Pressure exerted by water on Sphere partially exposed at end

• iitjee10
In summary, the objective of this problem is to determine the force exerted by water on a sphere of greater density that is submerged in a cylindrical container filled with water to a certain height. Two methods are proposed: one using Archimedes' Principle and the other using pressure integration. Both methods involve calculating the volume of water displaced by the sphere. However, the second method integrates the hydrostatic pressure over the wetted surface of the sphere and may require a correction for the distance from the water surface to the center of the sphere. Both methods are conceptually correct and should give the same result.
iitjee10

Homework Statement

There is a cylindrical container that has a small hole of radius ##a ( < R)## at the bottom. A sphere of radius ##R## and density ##\rho_{s} > \rho_{w}## is placed in the cylinder such that it completely covers the hole (a part of it sticks out as in attached figure). The container is now filled with water (##\rho_{w}##) to a height ##h##.

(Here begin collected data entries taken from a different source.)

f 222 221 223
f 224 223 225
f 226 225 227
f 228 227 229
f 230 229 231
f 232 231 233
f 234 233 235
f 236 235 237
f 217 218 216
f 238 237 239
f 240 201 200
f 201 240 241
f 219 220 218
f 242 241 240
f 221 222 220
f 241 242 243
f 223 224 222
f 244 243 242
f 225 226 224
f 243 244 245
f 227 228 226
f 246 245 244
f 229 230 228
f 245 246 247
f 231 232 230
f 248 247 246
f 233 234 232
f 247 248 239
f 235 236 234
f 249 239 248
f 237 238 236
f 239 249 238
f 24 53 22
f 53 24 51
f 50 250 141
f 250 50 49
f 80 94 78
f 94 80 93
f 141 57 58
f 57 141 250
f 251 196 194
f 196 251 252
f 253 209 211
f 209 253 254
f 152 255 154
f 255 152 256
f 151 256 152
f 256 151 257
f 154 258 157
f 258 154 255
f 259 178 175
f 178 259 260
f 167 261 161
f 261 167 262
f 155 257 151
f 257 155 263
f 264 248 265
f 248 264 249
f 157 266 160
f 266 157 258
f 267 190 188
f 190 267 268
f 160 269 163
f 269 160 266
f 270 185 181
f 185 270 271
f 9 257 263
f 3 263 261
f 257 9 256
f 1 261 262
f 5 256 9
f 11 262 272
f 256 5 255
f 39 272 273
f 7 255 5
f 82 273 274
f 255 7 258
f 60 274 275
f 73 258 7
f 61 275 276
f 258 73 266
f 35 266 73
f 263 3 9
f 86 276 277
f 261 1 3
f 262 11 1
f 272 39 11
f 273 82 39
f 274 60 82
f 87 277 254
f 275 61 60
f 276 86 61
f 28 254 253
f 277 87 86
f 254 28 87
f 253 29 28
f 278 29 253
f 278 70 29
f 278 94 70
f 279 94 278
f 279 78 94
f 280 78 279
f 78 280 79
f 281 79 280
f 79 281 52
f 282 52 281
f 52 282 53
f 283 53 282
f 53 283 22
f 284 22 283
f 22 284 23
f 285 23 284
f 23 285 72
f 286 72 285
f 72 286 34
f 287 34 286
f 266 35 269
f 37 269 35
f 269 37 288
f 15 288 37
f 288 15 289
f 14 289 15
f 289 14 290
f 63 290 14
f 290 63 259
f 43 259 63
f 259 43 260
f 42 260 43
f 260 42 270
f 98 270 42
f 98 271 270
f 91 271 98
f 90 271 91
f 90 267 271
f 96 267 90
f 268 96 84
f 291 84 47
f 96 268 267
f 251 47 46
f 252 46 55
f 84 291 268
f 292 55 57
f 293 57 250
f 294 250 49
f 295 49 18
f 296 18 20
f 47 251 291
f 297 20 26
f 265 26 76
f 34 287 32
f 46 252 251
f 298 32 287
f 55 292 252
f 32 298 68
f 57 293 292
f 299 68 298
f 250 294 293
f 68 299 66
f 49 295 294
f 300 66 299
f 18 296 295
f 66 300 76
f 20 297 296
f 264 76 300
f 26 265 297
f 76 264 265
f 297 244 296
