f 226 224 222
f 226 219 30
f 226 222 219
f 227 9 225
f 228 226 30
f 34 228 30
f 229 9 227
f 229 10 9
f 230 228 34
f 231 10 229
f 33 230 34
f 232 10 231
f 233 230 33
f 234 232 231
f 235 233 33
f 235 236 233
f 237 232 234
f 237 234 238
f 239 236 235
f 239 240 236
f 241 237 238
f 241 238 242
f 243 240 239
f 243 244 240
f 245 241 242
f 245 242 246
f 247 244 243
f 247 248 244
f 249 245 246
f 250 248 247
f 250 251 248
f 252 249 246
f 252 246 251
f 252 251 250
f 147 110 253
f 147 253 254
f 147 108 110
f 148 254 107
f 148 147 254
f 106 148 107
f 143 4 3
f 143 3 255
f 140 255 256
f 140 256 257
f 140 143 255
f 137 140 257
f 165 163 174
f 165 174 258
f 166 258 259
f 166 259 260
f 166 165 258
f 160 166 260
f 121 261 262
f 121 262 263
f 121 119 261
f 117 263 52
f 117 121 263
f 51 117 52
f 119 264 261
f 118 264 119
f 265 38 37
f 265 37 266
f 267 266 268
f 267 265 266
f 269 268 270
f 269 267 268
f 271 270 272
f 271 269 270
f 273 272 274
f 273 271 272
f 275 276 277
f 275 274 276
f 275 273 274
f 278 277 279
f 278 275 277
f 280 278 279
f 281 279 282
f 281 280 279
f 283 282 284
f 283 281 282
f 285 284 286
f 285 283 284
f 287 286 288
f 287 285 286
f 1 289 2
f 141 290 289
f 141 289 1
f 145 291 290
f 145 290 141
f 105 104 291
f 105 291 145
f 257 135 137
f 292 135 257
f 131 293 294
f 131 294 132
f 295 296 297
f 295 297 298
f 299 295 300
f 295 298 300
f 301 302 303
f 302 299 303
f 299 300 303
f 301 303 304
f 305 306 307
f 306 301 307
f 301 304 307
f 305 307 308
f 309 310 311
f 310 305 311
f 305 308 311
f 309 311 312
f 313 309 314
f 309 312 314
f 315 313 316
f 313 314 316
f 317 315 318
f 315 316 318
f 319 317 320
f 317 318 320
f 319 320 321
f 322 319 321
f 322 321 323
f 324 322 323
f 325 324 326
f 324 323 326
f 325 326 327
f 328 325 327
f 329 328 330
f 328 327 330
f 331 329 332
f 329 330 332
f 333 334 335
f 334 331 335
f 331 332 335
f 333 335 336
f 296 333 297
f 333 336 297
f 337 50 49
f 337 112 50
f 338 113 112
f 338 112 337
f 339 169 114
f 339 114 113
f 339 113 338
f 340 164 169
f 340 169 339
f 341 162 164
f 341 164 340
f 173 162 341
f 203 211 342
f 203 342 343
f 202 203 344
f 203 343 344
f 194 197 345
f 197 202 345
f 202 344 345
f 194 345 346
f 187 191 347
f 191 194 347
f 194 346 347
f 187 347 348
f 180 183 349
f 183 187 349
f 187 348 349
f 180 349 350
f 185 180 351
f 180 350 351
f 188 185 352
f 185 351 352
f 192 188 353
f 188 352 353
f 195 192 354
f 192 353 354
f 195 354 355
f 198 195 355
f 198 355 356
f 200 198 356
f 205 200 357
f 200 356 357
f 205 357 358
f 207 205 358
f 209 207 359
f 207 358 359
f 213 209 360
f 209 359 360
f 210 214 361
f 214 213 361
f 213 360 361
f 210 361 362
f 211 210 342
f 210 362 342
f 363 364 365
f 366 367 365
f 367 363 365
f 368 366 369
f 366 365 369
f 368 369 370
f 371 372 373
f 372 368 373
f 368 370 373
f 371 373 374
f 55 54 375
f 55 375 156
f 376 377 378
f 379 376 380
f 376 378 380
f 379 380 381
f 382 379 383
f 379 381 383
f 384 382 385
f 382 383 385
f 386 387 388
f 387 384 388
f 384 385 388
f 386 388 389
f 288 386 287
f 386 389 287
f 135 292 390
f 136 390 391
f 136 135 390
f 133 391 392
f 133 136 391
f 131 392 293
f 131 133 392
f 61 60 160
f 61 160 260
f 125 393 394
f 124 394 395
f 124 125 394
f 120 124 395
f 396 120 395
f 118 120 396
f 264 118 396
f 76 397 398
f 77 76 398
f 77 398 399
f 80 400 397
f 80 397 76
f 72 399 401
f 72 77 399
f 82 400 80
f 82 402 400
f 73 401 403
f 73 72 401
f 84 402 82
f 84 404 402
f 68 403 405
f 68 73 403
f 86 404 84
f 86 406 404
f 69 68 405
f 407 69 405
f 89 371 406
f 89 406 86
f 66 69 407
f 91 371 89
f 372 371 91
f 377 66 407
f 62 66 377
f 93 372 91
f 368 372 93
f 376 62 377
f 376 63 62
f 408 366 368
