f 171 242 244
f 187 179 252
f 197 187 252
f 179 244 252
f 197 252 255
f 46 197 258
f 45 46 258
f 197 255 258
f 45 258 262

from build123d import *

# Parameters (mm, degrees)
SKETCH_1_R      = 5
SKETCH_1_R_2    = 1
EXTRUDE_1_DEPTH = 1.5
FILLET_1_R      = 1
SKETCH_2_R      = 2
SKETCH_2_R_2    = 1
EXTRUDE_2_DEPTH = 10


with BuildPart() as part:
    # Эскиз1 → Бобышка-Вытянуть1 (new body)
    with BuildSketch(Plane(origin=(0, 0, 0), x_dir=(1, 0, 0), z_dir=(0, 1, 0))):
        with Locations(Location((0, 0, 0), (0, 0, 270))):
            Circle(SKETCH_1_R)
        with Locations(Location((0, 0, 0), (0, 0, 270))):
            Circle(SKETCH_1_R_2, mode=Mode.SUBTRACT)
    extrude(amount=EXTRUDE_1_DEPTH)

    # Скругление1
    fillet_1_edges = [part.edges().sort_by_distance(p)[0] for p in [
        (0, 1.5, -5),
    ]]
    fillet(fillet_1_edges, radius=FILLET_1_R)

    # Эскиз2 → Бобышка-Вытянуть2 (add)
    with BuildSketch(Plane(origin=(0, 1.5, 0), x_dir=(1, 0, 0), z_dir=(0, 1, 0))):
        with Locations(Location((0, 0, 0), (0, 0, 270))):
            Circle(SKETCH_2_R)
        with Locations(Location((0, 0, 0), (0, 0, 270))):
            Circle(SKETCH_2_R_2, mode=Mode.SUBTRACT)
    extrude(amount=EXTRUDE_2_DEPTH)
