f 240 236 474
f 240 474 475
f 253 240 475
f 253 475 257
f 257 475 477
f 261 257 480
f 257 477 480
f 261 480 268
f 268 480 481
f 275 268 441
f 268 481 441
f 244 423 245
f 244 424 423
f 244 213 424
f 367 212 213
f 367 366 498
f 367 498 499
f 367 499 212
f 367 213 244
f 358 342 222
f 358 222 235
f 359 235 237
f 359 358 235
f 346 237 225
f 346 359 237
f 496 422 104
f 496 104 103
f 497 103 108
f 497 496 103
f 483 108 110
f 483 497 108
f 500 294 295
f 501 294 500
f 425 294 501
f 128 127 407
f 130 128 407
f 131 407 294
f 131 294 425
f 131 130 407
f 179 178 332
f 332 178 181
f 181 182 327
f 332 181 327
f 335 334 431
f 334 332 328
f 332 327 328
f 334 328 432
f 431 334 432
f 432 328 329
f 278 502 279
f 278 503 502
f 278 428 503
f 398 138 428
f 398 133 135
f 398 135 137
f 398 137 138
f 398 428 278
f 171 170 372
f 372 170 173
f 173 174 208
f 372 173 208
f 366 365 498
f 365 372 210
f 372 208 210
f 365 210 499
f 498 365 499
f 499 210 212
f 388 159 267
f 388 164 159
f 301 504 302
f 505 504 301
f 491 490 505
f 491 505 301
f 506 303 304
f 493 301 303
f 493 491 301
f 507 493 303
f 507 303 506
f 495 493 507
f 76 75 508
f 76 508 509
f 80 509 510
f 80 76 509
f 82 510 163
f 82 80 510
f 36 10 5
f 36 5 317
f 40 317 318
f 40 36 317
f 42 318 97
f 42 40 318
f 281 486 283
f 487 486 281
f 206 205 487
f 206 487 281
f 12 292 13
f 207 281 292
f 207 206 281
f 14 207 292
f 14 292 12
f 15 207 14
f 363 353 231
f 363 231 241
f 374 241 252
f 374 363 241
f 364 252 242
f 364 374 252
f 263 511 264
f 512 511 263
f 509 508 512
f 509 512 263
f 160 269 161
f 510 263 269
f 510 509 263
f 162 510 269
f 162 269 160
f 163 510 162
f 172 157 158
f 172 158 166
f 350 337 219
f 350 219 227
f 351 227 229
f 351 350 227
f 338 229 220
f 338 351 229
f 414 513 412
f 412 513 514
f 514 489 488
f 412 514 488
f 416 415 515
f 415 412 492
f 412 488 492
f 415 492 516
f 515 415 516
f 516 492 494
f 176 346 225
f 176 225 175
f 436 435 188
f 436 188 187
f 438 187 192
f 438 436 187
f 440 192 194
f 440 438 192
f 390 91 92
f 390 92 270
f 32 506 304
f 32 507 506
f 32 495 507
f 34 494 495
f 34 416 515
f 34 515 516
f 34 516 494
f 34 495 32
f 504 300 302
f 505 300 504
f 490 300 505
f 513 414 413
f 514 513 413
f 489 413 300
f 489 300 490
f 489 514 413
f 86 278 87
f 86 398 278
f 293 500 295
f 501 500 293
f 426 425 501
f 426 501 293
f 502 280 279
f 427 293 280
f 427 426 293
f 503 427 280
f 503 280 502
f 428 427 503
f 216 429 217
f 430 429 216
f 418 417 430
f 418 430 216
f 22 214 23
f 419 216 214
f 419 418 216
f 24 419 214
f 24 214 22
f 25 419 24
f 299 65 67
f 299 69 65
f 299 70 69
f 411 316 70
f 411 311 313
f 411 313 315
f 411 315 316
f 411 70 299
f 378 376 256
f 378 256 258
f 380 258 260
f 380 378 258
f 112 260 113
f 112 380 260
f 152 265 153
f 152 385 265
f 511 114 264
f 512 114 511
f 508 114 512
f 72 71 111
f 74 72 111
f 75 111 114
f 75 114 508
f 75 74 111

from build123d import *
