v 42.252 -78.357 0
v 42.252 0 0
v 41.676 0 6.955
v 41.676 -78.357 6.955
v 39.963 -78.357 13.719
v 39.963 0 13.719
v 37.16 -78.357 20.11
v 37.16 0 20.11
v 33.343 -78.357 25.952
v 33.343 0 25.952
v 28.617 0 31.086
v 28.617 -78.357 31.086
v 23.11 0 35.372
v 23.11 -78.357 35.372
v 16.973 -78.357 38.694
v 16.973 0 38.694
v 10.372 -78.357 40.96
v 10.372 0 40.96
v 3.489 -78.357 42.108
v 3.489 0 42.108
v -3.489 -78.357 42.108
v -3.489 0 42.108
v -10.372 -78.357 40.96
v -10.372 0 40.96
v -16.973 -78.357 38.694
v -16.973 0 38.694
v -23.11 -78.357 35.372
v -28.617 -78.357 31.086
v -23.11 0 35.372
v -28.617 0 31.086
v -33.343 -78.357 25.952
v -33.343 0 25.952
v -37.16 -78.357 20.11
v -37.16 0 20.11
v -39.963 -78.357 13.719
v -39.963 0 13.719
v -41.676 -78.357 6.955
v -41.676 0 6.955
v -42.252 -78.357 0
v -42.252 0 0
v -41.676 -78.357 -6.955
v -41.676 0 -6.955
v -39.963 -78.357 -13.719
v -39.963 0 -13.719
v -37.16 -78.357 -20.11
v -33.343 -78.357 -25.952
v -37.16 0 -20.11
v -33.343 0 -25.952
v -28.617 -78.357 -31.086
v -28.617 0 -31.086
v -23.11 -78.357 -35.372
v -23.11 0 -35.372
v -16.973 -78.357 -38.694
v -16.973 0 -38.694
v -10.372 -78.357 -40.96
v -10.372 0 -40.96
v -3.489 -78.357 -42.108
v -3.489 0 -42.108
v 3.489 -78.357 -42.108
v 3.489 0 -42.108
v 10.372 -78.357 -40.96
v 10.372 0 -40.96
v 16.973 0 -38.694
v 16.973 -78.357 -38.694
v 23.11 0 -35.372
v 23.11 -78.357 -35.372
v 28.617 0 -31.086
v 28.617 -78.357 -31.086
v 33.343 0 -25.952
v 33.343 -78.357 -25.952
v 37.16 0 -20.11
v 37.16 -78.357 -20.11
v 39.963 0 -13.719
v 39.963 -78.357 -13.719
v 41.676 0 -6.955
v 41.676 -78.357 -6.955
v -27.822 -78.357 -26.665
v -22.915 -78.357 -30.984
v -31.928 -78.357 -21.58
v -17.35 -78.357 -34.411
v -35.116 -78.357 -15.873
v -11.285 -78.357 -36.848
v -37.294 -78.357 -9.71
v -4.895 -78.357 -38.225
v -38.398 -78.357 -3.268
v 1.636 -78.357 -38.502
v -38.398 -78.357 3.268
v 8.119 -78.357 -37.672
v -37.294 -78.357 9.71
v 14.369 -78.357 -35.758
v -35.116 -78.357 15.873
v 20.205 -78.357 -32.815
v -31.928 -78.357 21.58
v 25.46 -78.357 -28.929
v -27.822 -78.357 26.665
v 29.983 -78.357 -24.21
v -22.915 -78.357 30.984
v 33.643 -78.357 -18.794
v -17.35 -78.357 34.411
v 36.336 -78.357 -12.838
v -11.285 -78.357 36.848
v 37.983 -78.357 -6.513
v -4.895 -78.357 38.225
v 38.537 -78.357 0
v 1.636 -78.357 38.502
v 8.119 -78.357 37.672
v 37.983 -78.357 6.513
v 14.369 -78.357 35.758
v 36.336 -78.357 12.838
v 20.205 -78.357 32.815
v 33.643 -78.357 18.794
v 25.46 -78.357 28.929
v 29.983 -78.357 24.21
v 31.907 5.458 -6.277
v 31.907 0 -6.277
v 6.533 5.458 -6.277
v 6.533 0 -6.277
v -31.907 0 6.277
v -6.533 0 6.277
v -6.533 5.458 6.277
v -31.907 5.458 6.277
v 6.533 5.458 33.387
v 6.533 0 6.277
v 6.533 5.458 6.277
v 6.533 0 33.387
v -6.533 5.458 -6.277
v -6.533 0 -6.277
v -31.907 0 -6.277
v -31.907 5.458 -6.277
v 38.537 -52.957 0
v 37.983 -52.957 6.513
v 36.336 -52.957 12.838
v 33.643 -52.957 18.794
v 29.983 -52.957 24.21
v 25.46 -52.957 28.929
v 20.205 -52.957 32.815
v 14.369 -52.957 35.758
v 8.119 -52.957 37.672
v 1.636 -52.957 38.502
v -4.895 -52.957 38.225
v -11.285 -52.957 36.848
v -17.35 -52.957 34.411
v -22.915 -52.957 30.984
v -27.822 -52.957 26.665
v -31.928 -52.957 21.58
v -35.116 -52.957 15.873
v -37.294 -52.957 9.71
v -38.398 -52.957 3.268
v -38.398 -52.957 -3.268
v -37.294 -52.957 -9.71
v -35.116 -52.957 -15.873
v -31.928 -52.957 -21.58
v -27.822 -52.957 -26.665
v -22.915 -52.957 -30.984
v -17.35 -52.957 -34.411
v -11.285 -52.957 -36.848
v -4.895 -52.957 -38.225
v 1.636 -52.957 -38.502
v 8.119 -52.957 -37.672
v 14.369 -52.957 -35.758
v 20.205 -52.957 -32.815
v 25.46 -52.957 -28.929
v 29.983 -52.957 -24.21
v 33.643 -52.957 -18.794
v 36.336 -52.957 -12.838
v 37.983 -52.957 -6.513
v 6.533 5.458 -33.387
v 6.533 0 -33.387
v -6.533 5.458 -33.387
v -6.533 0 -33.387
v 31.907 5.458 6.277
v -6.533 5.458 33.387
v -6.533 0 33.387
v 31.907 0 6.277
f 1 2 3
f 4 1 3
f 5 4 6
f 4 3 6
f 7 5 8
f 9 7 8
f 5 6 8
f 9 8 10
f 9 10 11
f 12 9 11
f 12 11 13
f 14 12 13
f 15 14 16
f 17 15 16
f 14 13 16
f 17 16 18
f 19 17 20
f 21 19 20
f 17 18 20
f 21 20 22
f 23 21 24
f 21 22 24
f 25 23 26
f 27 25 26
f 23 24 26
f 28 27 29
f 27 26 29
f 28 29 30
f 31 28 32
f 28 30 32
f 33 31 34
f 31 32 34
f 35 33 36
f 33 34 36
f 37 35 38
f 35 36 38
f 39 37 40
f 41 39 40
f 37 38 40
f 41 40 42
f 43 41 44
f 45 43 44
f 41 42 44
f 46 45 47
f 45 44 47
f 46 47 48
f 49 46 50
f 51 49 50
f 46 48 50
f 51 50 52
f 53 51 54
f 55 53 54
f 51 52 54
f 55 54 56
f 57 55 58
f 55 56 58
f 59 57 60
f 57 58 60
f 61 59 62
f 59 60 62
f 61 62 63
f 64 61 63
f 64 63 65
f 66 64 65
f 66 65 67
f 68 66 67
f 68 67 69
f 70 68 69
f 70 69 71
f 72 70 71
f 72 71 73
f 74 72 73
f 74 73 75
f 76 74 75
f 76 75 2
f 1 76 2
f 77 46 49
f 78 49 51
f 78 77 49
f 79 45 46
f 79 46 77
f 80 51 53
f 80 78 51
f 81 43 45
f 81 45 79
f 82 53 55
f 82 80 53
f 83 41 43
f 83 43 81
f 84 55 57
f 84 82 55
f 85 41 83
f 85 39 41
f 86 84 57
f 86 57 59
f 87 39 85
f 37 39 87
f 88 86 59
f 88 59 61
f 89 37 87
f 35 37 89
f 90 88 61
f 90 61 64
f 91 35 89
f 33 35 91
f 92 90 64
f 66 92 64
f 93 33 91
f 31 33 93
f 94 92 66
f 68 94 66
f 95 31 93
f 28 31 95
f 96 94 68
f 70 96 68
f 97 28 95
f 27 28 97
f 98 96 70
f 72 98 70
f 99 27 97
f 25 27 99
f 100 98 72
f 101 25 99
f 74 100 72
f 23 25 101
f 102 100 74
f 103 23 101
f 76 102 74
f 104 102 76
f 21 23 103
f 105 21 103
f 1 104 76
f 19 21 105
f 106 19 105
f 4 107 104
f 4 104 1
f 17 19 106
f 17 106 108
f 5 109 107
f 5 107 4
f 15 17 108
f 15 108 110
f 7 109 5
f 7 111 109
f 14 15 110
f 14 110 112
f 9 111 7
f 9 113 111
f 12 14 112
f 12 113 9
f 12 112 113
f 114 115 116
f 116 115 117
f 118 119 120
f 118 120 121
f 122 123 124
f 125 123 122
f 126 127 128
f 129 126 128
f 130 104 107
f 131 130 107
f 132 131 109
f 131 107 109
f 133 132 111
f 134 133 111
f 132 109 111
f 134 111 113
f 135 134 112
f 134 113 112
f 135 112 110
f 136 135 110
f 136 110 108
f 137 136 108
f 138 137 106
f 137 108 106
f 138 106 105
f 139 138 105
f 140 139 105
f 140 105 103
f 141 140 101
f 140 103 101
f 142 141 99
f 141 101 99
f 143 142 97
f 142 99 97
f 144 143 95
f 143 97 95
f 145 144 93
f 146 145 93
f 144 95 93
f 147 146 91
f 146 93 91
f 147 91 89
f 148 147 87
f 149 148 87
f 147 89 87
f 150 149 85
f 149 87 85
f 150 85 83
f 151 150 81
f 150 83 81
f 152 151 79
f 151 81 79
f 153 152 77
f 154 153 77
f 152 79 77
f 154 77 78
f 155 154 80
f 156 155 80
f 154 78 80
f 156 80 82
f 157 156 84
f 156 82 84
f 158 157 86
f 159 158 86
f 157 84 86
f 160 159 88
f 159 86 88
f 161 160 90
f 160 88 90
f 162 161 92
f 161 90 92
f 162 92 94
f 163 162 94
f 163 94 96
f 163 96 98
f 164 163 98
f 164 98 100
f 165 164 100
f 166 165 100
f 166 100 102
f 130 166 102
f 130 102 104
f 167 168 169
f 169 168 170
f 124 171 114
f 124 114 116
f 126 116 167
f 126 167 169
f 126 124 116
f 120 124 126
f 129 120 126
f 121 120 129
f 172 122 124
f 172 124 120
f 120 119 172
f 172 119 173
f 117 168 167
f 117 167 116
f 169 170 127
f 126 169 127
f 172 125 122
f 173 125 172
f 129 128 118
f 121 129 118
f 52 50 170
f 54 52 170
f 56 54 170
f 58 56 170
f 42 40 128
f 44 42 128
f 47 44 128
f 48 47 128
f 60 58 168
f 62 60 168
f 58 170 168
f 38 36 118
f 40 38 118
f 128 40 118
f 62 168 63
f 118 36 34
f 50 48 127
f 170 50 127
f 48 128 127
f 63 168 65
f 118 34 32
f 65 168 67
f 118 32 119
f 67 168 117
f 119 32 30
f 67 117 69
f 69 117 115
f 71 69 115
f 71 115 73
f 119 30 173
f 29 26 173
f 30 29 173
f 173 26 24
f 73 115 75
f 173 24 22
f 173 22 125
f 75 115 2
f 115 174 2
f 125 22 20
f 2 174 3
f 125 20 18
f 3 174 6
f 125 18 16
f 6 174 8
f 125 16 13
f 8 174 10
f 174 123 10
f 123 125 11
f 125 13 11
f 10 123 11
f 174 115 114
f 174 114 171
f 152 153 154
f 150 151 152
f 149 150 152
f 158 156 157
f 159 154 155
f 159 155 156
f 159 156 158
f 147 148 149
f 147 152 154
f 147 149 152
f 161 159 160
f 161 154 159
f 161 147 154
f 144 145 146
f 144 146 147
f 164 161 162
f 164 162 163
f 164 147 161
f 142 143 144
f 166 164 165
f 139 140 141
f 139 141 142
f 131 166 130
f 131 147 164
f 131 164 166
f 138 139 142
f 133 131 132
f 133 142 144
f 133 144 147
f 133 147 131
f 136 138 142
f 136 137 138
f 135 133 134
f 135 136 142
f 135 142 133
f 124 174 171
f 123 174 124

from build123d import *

# Parameters (mm, degrees)
F1_DEPTH = 78.3572047949
F2_R     = 38.5370833617
F3_DEPTH = 25.4
F5_W     = 13.0668841302
F5_H     = 27.1093435585
F5_W_2   = 25.3738258034
F5_H_2   = 12.5543624163
F6_DEPTH = 5.4576825351


with BuildPart() as f1:
    # F0 (on Front) → F1 (new body)
    with BuildSketch(Plane.XZ):
        with BuildLine():
            ThreePointArc((0, 42.2524884343), (-29.8770210939, -29.8770210939), (42.2524884343, 0))
            ThreePointArc((42.2524884343, 0), (29.8770210939, 29.8770210939), (0, 42.2524884343))
        make_face()
    extrude(amount=F1_DEPTH)

    # F2 (on face) → F3 (cut)
    with BuildSketch(Plane.XZ.offset(78.3572047949)):
        Circle(F2_R)
    extrude(amount=-F3_DEPTH, mode=Mode.SUBTRACT)

    # F5 (on face) → F6 (join)
    with BuildSketch(Plane(origin=(0, 0, 0), x_dir=(-1, 0, 0), z_dir=(0, 1, 0))):
        with Locations((0, 19.8318529874)):
            Rectangle(F5_W, F5_H)
        with Locations((19.2203549668, 0)):
            Rectangle(F5_W_2, F5_H_2)
        with Locations((0, -19.8318529874)):
            Rectangle(F5_W, F5_H)
        with Locations((-19.2203549668, 0)):
            Rectangle(F5_W_2, F5_H_2)
        Rectangle(F5_W, F5_H_2)
    extrude(amount=F6_DEPTH)


solid = f1.part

The objective is to determine the force exerted by the water on the sphere. (specifically on its dependence with the height of water)

Homework Equations

I have two methods in mind, but not sure which is correct.
- Using Archimedes Principle
- Using pressure integration

The Attempt at a Solution

Method 1:

If we assume that the hole along with the portion that remains outside the container did not exist .. and the resulting contact surface between the flat portion of the sphere and the bottom of the cylinder was not perfectly smooth, then the force by the liquid would be equal to the weight of the liquid displaced (##V \rho_{w}g##).

This force would be comprised of the force on the bottom surface and the force on the remaining cylindrical surface. Now, the force on the bottom surface is ##\rho_{w}hg \pi a^{2}##.

So the force on the cylindrical section is ## V \rho_{w} g - \rho_{w} h g \pi a^{2}##.

Since this is the force we want for the original question, this should be the answer after calculating ## V ## appropriately.

Method 2.

This involves integration.

Consider the diagram.

The pressure at a circular (shell) element that makes an angle ##\theta## is given by ##P = (h - R \cos \alpha - R \cos \theta) \rho_{w}g ##. The elemental area ## A = 2 \pi R \sin \theta R d \theta##.

So the net vertical force on the element (downward) is ## F_{v} = PA \cos \theta##

Integrating this from ## \theta = 0 ## to ## \theta = \pi - \alpha ## should give the answer.

However, evaluating this integral does not seem to match the answer for the above method.

Is one of the two methods conceptually wrong?
Any help would be highly appreciated.

iitjee10 said:

Homework Statement

There is a cylindrical container that has a small hole of radius ##a ( < R)## at the bottom. A sphere of radius ##R## and density ##\rho_{s} > \rho_{w}## is placed in the cylinder such that it completely covers the hole (a part of it sticks out as in attached figure). The container is now filled with water (##\rho_{w}##) to a height ##h##.

The objective is to determine the force exerted by the water on the sphere. (specifically on its dependence with the height of water)

Homework Equations

I have two methods in mind, but not sure which is correct.
- Using Archimedes Principle
- Using pressure integration

The Attempt at a Solution

Method 1:

If we assume that the hole along with the portion that remains outside the container did not exist .. and the resulting contact surface between the flat portion of the sphere and the bottom of the cylinder was not perfectly smooth, then the force by the liquid would be equal to the weight of the liquid displaced (##V \rho_{w}g##).

This force would be comprised of the force on the bottom surface and the force on the remaining cylindrical surface. Now, the force on the bottom surface is ##\rho_{w}hg \pi a^{2}##.

So the force on the cylindrical section is ## V \rho_{w} g - \rho_{w} h g \pi a^{2}##.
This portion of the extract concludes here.